__ASSIGNED TASK__: For the entries below, the expected answer is the line with "-7.335478831), (8.666460301, -7.103895736))", the line with "-3.015479634), (4.6482, -2.16399369))", and every line between them, exactly as written, and nothing more.

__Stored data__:
==============================
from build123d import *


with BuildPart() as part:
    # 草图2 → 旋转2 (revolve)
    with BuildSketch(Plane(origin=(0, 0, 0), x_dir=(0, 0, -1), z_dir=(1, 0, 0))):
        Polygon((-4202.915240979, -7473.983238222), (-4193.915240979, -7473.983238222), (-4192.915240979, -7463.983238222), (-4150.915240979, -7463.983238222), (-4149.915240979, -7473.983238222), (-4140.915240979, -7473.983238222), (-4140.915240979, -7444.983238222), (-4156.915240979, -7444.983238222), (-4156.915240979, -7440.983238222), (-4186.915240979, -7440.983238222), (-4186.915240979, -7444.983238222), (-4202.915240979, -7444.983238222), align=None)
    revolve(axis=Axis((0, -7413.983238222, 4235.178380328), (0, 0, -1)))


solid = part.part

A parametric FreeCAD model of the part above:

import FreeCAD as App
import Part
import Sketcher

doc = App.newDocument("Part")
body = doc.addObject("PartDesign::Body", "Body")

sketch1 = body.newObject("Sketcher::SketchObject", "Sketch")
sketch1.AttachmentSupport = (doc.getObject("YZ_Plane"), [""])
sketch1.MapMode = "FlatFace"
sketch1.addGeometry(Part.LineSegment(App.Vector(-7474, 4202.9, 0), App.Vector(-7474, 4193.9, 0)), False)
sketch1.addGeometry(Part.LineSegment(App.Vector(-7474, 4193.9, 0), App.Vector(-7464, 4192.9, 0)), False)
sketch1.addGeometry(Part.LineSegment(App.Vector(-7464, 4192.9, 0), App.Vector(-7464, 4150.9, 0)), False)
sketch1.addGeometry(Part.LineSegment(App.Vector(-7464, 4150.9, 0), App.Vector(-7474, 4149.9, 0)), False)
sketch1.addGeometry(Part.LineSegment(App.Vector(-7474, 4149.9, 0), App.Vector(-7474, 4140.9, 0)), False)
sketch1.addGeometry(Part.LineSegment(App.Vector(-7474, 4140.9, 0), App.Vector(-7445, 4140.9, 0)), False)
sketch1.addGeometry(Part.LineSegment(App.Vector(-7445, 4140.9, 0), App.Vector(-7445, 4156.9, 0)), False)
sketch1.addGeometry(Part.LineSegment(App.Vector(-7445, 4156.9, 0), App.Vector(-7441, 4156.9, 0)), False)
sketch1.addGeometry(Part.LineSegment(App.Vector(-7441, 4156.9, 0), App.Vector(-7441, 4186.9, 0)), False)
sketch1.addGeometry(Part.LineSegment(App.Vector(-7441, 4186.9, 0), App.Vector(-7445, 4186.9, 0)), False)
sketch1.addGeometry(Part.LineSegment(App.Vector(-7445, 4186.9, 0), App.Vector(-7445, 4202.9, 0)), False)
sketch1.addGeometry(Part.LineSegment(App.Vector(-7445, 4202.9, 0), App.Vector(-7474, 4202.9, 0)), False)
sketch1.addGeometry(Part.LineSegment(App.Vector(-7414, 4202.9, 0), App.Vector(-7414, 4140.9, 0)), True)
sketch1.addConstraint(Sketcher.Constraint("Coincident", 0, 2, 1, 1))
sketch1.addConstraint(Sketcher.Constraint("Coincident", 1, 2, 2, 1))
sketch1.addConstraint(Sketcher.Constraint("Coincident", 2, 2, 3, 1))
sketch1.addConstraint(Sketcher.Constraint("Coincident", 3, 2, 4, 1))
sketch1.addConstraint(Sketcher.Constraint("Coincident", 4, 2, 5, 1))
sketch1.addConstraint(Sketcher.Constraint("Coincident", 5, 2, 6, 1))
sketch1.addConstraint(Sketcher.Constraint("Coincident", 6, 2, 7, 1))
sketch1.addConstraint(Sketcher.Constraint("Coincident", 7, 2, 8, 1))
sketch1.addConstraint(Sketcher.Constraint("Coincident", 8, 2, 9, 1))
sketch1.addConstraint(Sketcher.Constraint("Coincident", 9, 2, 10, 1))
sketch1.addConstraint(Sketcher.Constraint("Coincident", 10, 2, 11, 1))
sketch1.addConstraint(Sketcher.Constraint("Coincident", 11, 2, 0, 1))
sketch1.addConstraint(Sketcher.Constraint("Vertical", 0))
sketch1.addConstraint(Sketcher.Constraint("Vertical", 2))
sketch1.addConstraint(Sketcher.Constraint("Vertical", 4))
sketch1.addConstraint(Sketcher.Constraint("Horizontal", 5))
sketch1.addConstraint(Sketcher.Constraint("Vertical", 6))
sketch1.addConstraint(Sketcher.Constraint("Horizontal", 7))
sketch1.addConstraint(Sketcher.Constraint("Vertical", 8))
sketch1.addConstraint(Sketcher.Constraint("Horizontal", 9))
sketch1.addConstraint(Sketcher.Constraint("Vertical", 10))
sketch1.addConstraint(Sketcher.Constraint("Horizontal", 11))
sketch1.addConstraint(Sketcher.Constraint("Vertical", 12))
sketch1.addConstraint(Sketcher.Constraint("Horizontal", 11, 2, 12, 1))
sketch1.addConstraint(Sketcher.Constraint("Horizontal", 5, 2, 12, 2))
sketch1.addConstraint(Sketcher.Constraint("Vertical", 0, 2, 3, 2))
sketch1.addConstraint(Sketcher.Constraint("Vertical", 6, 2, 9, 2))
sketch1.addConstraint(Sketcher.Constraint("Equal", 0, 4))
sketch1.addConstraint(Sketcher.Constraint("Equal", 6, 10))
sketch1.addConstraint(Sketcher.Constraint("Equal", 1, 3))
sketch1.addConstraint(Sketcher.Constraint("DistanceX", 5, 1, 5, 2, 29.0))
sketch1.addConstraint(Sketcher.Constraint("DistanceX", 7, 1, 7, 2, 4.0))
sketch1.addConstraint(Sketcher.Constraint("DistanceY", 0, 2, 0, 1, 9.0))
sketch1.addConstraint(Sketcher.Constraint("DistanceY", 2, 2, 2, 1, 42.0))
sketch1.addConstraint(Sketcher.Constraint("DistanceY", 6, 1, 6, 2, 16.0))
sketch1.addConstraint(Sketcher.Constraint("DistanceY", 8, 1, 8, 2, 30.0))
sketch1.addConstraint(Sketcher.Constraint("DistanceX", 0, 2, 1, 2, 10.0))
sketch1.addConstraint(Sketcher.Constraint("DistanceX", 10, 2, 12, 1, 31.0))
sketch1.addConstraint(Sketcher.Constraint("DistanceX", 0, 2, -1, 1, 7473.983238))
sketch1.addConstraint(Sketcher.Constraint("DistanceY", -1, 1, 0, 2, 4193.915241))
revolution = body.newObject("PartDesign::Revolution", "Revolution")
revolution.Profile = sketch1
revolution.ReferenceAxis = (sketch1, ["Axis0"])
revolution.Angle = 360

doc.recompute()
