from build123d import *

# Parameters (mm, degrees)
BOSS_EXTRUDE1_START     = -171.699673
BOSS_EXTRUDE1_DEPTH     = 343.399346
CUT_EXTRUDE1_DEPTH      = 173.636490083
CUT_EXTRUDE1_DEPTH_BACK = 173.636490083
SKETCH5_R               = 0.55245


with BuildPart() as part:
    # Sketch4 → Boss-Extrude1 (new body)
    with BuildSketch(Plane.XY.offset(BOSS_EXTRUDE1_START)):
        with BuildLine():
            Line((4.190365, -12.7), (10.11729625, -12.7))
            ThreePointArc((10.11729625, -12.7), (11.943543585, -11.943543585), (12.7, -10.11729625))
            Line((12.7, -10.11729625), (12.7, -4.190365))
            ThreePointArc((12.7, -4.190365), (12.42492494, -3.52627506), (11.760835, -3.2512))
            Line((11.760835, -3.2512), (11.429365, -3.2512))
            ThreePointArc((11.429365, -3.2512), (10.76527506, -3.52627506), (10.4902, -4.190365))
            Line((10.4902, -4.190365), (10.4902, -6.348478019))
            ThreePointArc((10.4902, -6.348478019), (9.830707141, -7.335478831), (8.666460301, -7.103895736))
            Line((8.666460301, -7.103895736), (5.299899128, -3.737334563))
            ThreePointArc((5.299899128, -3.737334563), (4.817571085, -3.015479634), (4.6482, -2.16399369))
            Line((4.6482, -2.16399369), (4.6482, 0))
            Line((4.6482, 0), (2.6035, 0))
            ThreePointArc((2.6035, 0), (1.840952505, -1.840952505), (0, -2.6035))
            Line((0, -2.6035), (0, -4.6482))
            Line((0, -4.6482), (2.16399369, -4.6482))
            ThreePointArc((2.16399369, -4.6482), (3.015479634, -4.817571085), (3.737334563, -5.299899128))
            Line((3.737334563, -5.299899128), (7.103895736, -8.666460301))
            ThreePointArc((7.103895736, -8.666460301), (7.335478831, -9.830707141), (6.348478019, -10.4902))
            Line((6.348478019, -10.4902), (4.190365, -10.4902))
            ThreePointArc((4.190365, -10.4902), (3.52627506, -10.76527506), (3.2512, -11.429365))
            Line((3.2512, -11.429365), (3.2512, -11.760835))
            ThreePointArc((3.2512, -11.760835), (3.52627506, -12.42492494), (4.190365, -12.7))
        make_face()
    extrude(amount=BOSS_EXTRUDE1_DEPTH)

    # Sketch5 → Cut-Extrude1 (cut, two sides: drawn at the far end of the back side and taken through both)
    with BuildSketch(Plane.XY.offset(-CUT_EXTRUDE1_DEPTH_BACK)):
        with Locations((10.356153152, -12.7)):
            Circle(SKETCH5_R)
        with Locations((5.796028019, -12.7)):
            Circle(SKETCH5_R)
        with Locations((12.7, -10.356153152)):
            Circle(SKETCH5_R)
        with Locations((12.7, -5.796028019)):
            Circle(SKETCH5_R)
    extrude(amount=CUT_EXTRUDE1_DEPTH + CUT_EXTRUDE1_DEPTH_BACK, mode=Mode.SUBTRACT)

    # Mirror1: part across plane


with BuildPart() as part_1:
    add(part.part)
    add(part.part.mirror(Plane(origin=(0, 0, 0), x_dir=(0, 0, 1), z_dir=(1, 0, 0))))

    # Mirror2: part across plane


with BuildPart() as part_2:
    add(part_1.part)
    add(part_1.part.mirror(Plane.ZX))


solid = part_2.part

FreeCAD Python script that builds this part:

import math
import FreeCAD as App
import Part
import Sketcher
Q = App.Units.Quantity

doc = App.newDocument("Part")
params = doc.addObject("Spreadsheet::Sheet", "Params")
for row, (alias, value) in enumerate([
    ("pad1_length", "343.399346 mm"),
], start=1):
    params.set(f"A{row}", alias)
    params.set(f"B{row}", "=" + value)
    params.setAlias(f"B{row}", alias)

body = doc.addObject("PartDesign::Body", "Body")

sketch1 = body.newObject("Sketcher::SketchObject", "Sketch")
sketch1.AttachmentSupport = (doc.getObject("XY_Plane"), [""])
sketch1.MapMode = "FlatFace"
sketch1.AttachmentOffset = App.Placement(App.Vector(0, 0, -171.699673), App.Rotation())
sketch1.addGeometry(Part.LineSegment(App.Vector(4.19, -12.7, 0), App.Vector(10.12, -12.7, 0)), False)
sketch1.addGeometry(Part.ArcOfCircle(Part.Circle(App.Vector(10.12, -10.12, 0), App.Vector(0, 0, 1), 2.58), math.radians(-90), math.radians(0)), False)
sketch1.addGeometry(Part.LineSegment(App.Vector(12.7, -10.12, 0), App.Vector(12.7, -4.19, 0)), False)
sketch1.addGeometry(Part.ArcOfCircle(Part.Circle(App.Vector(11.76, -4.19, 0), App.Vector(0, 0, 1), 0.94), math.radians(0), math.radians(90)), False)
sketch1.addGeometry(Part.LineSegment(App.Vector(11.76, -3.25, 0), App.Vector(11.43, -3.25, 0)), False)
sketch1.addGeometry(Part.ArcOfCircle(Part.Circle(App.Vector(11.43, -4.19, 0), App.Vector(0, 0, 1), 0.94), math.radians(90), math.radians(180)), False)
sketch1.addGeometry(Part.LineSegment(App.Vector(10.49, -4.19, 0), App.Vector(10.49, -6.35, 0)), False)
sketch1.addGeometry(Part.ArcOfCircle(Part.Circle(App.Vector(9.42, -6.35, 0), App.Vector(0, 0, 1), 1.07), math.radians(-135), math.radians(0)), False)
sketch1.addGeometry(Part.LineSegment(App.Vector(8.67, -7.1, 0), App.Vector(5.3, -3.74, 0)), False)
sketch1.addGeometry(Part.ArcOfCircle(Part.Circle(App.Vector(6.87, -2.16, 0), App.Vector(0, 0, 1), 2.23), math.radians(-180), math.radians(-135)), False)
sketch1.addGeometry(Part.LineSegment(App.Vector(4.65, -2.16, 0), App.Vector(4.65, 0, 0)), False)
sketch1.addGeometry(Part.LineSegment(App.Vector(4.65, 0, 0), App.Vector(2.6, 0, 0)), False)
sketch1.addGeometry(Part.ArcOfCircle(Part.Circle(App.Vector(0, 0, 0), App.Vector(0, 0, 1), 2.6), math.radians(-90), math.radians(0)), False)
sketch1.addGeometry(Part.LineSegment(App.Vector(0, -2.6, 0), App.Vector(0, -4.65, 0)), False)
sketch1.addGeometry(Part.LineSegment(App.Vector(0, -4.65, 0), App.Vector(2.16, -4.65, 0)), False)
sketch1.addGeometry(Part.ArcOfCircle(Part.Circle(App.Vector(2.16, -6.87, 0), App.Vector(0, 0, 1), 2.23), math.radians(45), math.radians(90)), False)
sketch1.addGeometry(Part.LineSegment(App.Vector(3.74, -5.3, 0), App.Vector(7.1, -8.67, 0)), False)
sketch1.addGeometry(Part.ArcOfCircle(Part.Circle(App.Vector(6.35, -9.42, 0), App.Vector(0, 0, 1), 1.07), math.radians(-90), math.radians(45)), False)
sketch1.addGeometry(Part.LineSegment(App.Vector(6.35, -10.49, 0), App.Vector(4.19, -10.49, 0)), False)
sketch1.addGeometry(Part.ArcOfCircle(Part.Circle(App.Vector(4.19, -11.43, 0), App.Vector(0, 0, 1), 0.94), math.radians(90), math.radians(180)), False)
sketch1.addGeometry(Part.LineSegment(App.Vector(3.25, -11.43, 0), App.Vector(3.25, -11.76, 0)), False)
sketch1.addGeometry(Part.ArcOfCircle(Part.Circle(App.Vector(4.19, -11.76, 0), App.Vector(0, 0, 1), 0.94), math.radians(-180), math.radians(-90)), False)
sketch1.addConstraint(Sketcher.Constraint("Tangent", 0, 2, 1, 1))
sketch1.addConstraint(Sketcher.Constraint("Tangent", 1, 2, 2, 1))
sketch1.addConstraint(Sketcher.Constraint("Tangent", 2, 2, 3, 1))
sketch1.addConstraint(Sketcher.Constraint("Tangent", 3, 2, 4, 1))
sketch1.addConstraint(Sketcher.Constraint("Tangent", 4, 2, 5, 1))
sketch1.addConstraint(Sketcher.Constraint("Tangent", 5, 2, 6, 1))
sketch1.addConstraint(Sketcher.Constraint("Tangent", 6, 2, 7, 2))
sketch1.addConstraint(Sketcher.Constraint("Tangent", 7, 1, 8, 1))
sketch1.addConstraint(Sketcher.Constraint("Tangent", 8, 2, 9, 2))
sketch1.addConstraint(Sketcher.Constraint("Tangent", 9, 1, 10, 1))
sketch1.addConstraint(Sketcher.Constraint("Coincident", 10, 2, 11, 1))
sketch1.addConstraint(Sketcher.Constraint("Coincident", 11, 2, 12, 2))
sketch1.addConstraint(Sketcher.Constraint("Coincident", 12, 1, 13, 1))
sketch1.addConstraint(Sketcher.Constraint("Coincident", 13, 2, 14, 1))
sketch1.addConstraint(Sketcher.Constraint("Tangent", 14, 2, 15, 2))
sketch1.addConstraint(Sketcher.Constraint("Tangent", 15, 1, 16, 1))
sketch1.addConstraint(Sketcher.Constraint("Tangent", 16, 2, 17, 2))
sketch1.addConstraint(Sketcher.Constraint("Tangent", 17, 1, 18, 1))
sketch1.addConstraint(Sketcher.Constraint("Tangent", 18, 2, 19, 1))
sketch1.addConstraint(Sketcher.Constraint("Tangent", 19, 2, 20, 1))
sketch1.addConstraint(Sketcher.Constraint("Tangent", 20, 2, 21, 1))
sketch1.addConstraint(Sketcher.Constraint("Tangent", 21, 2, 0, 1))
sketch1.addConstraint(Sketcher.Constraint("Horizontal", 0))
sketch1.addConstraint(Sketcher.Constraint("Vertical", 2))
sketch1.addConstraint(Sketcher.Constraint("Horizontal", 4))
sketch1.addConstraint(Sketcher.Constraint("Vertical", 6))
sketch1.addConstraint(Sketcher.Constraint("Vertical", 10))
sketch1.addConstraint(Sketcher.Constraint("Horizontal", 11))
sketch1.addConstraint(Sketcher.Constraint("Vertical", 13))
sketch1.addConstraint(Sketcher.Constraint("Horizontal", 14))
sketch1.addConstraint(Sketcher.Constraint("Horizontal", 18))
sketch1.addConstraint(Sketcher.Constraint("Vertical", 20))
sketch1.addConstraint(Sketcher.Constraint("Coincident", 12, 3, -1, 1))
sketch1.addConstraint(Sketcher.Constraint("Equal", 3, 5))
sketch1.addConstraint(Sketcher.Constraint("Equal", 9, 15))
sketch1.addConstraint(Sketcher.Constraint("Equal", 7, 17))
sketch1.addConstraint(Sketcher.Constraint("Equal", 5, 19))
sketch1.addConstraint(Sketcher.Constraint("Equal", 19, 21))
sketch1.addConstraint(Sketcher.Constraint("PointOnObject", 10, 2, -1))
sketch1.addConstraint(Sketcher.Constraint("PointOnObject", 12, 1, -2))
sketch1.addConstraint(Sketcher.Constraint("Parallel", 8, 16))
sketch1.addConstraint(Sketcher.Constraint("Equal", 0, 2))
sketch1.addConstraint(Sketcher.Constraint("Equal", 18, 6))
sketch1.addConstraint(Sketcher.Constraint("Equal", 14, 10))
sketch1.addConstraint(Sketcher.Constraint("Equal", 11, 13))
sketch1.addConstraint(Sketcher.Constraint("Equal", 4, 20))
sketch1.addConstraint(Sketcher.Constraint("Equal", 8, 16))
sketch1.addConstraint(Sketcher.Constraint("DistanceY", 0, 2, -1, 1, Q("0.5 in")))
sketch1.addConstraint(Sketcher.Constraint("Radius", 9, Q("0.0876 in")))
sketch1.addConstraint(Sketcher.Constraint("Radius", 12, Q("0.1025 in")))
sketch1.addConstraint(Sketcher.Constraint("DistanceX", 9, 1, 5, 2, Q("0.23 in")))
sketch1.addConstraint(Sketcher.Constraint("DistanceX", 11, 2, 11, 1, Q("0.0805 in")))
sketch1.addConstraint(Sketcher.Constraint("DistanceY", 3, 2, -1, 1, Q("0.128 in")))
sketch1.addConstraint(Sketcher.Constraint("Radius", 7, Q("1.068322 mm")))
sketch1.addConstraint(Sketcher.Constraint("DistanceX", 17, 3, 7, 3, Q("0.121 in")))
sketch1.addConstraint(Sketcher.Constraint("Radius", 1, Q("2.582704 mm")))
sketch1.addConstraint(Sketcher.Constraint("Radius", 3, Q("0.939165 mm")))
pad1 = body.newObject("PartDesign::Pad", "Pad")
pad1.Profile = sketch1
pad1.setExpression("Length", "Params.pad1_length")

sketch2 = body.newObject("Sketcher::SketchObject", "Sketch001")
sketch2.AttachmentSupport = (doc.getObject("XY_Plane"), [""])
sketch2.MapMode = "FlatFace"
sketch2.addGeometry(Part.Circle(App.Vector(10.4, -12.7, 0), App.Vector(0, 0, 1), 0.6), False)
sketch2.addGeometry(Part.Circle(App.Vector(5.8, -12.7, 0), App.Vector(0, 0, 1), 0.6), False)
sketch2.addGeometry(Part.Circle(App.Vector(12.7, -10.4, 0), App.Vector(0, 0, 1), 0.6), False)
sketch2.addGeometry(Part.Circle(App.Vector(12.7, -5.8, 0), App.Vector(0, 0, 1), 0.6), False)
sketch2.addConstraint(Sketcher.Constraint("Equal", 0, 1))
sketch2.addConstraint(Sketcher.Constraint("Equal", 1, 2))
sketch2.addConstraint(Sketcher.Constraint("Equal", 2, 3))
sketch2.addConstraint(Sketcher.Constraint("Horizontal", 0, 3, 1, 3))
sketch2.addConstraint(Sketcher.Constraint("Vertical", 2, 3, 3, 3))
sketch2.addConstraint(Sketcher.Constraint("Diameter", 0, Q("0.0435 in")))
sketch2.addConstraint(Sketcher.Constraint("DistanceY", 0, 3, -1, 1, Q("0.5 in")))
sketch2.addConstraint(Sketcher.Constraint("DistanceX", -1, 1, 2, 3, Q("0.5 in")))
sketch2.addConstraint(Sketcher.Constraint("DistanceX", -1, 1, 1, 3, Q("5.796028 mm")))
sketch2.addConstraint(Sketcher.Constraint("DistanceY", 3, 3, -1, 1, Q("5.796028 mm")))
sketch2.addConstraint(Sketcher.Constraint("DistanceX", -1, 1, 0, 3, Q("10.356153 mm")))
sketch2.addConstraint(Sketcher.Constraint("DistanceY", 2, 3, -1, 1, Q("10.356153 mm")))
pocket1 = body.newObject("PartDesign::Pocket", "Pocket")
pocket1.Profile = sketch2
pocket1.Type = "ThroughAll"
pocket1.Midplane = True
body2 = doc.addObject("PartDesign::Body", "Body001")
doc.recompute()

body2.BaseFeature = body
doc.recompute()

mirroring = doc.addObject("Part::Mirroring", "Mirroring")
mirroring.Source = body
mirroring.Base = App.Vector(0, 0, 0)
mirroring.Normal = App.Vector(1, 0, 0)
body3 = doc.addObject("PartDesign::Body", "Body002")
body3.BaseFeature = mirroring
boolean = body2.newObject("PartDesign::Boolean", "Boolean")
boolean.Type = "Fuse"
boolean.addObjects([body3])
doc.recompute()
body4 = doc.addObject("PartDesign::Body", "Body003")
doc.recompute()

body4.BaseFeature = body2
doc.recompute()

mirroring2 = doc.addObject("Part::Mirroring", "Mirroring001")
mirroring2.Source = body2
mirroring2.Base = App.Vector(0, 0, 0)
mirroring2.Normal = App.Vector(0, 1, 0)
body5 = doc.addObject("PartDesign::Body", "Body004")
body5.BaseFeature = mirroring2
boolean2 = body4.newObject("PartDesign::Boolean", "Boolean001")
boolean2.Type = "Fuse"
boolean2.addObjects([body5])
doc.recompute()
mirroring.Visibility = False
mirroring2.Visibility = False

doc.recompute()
==============================
__TASK RESPONSE__:
            ThreePointArc((10.4902, -6.348478019), (9.830707141, -7.335478831), (8.666460301, -7.103895736))
            Line((8.666460301, -7.103895736), (5.299899128, -3.737334563))
            ThreePointArc((5.299899128, -3.737334563), (4.817571085, -3.015479634), (4.6482, -2.16399369))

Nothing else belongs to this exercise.